It wasn't until the 1990s that local churches like the Wasilla Assembly of God, which Palin grew up attending, became aggressively political. A few years before Palin became mayor, a group of preachers confronted the school board with questions about social issues that had never before surfaced in local politics, according to O'Hara, who wrote first for the Mat-Su Valley Frontiersman and then for the Anchorage Daily News. "They started asking me, 'Would you allow a homosexual to teach in schools?' and 'Do you favor abortion?'" she said. "At the time, I didn't know what was coming. I said, 'This is not a school board issue. We have overcrowding. We have funding problems.'" The last time O'Hara ran, conservative pastors mounted an effort to defeat her, saying she favored hiring homosexuals, but they failed. Nevertheless, in 1996, feeling increasingly alienated in a place she'd lived for twenty-five years, she quit the school board and moved to more liberal Anchorage.

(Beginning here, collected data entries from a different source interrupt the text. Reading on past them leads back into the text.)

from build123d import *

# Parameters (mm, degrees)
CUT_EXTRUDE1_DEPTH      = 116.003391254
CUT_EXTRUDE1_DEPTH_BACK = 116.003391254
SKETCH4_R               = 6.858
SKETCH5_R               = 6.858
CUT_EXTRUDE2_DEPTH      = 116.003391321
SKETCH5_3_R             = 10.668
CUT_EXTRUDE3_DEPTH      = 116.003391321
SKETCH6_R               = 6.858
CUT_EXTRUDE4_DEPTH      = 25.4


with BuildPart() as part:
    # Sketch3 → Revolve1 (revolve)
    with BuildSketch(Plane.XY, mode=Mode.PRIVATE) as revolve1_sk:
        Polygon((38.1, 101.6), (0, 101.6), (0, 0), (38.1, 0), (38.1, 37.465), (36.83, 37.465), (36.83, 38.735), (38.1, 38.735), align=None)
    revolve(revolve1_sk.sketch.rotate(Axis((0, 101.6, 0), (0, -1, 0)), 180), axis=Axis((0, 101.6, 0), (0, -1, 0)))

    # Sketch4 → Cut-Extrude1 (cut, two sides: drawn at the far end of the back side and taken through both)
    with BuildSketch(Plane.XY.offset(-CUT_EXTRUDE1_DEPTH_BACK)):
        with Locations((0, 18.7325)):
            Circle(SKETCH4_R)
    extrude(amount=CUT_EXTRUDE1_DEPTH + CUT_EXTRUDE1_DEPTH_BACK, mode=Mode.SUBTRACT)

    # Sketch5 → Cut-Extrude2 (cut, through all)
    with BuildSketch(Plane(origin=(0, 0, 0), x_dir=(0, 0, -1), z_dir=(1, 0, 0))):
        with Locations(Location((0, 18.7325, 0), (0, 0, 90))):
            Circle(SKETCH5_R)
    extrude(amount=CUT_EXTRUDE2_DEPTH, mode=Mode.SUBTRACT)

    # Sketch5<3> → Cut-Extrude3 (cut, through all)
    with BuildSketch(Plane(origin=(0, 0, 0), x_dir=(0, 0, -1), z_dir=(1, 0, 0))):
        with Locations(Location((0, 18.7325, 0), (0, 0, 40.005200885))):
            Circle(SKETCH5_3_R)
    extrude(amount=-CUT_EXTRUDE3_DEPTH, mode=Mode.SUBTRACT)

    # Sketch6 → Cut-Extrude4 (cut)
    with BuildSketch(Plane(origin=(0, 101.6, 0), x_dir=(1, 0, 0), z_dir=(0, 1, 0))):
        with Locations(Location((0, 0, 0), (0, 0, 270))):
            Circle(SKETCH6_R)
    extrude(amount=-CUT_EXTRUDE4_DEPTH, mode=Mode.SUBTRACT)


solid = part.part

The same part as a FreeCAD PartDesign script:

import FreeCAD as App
import Part
import Sketcher

V = App.Vector
Q = App.Units.Quantity

doc = App.newDocument("Part")
body = doc.addObject("PartDesign::Body", "Body")

# Sketch on XY plane
sketch1 = doc.addObject("Sketcher::SketchObject", "Sketch")
body.addObject(sketch1)
sketch1.AttachmentSupport = (doc.XY_Plane, [""])
sketch1.MapMode = "FlatFace"
sketch1.addGeometry(Part.LineSegment(V(38.1, 101.6, 0), V(0, 101.6, 0)), False)
sketch1.addGeometry(Part.LineSegment(V(0, 101.6, 0), V(0, 0, 0)), False)
sketch1.addGeometry(Part.LineSegment(V(0, 0, 0), V(38.1, 0, 0)), False)
sketch1.addGeometry(Part.LineSegment(V(38.1, 0, 0), V(38.1, 37.5, 0)), False)
sketch1.addGeometry(Part.LineSegment(V(38.1, 37.5, 0), V(36.8, 37.5, 0)), False)
sketch1.addGeometry(Part.LineSegment(V(36.8, 37.5, 0), V(36.8, 38.7, 0)), False)
sketch1.addGeometry(Part.LineSegment(V(36.8, 38.7, 0), V(38.1, 38.7, 0)), False)
sketch1.addGeometry(Part.LineSegment(V(38.1, 38.7, 0), V(38.1, 101.6, 0)), False)
sketch1.addConstraint(Sketcher.Constraint("Coincident", 0, 2, 1, 1))
sketch1.addConstraint(Sketcher.Constraint("Coincident", 1, 2, 2, 1))
sketch1.addConstraint(Sketcher.Constraint("Coincident", 2, 2, 3, 1))
sketch1.addConstraint(Sketcher.Constraint("Coincident", 3, 2, 4, 1))
sketch1.addConstraint(Sketcher.Constraint("Coincident", 4, 2, 5, 1))
sketch1.addConstraint(Sketcher.Constraint("Coincident", 5, 2, 6, 1))
sketch1.addConstraint(Sketcher.Constraint("Coincident", 6, 2, 7, 1))
sketch1.addConstraint(Sketcher.Constraint("Coincident", 7, 2, 0, 1))
sketch1.addConstraint(Sketcher.Constraint("Horizontal", 0))
sketch1.addConstraint(Sketcher.Constraint("Vertical", 1))
sketch1.addConstraint(Sketcher.Constraint("Horizontal", 2))
sketch1.addConstraint(Sketcher.Constraint("Vertical", 3))
sketch1.addConstraint(Sketcher.Constraint("Horizontal", 4))
sketch1.addConstraint(Sketcher.Constraint("Vertical", 5))
sketch1.addConstraint(Sketcher.Constraint("Horizontal", 6))
sketch1.addConstraint(Sketcher.Constraint("Vertical", 7))
sketch1.addConstraint(Sketcher.Constraint("Coincident", 1, 2, -1, 1))
sketch1.addConstraint(Sketcher.Constraint("Vertical", 3, 2, 6, 2))
sketch1.addConstraint(Sketcher.Constraint("Equal", 6, 5))
sketch1.addConstraint(Sketcher.Constraint("DistanceY", 1, 2, 1, 1, Q("4 in")))
sketch1.addConstraint(Sketcher.Constraint("DistanceX", 0, 2, 0, 1, Q("1.5 in")))
sketch1.addConstraint(Sketcher.Constraint("DistanceX", 4, 2, 4, 1, Q("0.05 in")))
sketch1.addConstraint(Sketcher.Constraint("DistanceY", 3, 1, 3, 2, Q("1.475 in")))
revolution = doc.addObject("PartDesign::Revolution", "Revolution")
body.addObject(revolution)
revolution.Profile = sketch1
revolution.ReferenceAxis = (sketch1, ["V_Axis"])
revolution.Angle = 360

# Sketch on XY plane
sketch2 = doc.addObject("Sketcher::SketchObject", "Sketch001")
body.addObject(sketch2)
sketch2.AttachmentSupport = (doc.XY_Plane, [""])
sketch2.MapMode = "FlatFace"
sketch2.addGeometry(Part.Circle(V(0, 19, 0), V(0, 0, 1), 7), False)
sketch2.addConstraint(Sketcher.Constraint("PointOnObject", 0, 3, -2))
sketch2.addConstraint(Sketcher.Constraint("Diameter", 0, Q("0.54 in")))
sketch2.addConstraint(Sketcher.Constraint("DistanceY", -1, 1, 0, 3, Q("0.7375 in")))
pocket1 = doc.addObject("PartDesign::Pocket", "Pocket")
body.addObject(pocket1)
pocket1.Profile = sketch2
pocket1.Type = "ThroughAll"
pocket1.Midplane = True

# Sketch on YZ plane
sketch3 = doc.addObject("Sketcher::SketchObject", "Sketch002")
body.addObject(sketch3)
sketch3.AttachmentSupport = (doc.YZ_Plane, [""])
sketch3.MapMode = "FlatFace"
sketch3.addGeometry(Part.Circle(V(19, 0, 0), V(0, 0, 1), 7), False)
sketch3.addConstraint(Sketcher.Constraint("PointOnObject", 0, 3, -1))
sketch3.addConstraint(Sketcher.Constraint("Diameter", 0, Q("0.54 in")))
sketch3.addConstraint(Sketcher.Constraint("DistanceX", -1, 1, 0, 3, Q("0.7375 in")))
pocket2 = doc.addObject("PartDesign::Pocket", "Pocket001")
body.addObject(pocket2)
pocket2.Profile = sketch3
pocket2.Type = "ThroughAll"
pocket2.Reversed = True

# Sketch on YZ plane
sketch4 = doc.addObject("Sketcher::SketchObject", "Sketch003")
body.addObject(sketch4)
sketch4.AttachmentSupport = (doc.YZ_Plane, [""])
sketch4.MapMode = "FlatFace"
sketch4.addGeometry(Part.Circle(V(19, 0, 0), V(0, 0, 1), 11), False)
sketch4.addConstraint(Sketcher.Constraint("PointOnObject", 0, 3, -1))
sketch4.addConstraint(Sketcher.Constraint("Diameter", 0, Q("0.84 in")))
sketch4.addConstraint(Sketcher.Constraint("DistanceX", -1, 1, 0, 3, Q("0.7375 in")))
pocket3 = doc.addObject("PartDesign::Pocket", "Pocket002")
body.addObject(pocket3)
pocket3.Profile = sketch4
pocket3.Type = "ThroughAll"

# Sketch on XZ plane
sketch5 = doc.addObject("Sketcher::SketchObject", "Sketch004")
body.addObject(sketch5)
sketch5.AttachmentSupport = (doc.XZ_Plane, [""])
sketch5.MapMode = "FlatFace"
sketch5.AttachmentOffset = App.Placement(V(0, 0, -4 * 25.4), App.Rotation())
sketch5.addGeometry(Part.Circle(V(0, 0, 0), V(0, 0, 1), 7), False)
sketch5.addConstraint(Sketcher.Constraint("Coincident", 0, 3, -1, 1))
sketch5.addConstraint(Sketcher.Constraint("Diameter", 0, Q("0.54 in")))
pocket4 = doc.addObject("PartDesign::Pocket", "Pocket003")
body.addObject(pocket4)
pocket4.Profile = sketch5
pocket4.Length = Q("1 in")
pocket4.Reversed = True

doc.recompute()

"The whole community changed," she said. "It became extremely rigid and intolerant, and you can see that in every election since." Palin, said O'Hara, "represents the worst of those values. She feels that because she's a member of the right church, she's chosen by God to inflict her values on everyone."
With her vice presidential nomination, Sarah Palin has become the ultimate religious-right success story. Ever since the Christian Coalition was formed using the infrastructure of Pat Robertson's 1988 presidential run, the movement has focused on building power from the ground up, turning conservative churches into little political machines. "I would rather have a thousand school board members than one president and no school board members," Christian Coalition head Ralph Reed said in 1996. Palin, who got her start in a local church-backed political struggle, is very much the product of Reed's strategy. Jesus never once mentioned homosexuality, never once mentioned abortion. Jesus anti public prayer (Mathew 6:5), anti militarism and (Matthew 26:52) for separation church and state John (18:36), for supporting the poor and forgiving our neighbors. Where does Jesus figure into these evangelical extremists views? I can't quite understand. But Palin is the culmination of these extremists efforts, make no mistake about it. ...Nevertheless, several people who've dealt with her say that those concerned about church-state separation should be chilled by the idea of a Palin presidency. "To understand Sarah Palin, you have to realize that she is a religious fundamentalist," said Howard Bess, a retired liberal Baptist minister living in Palmer. "The structure of her understanding of life is no different from a Muslim fundamentalist."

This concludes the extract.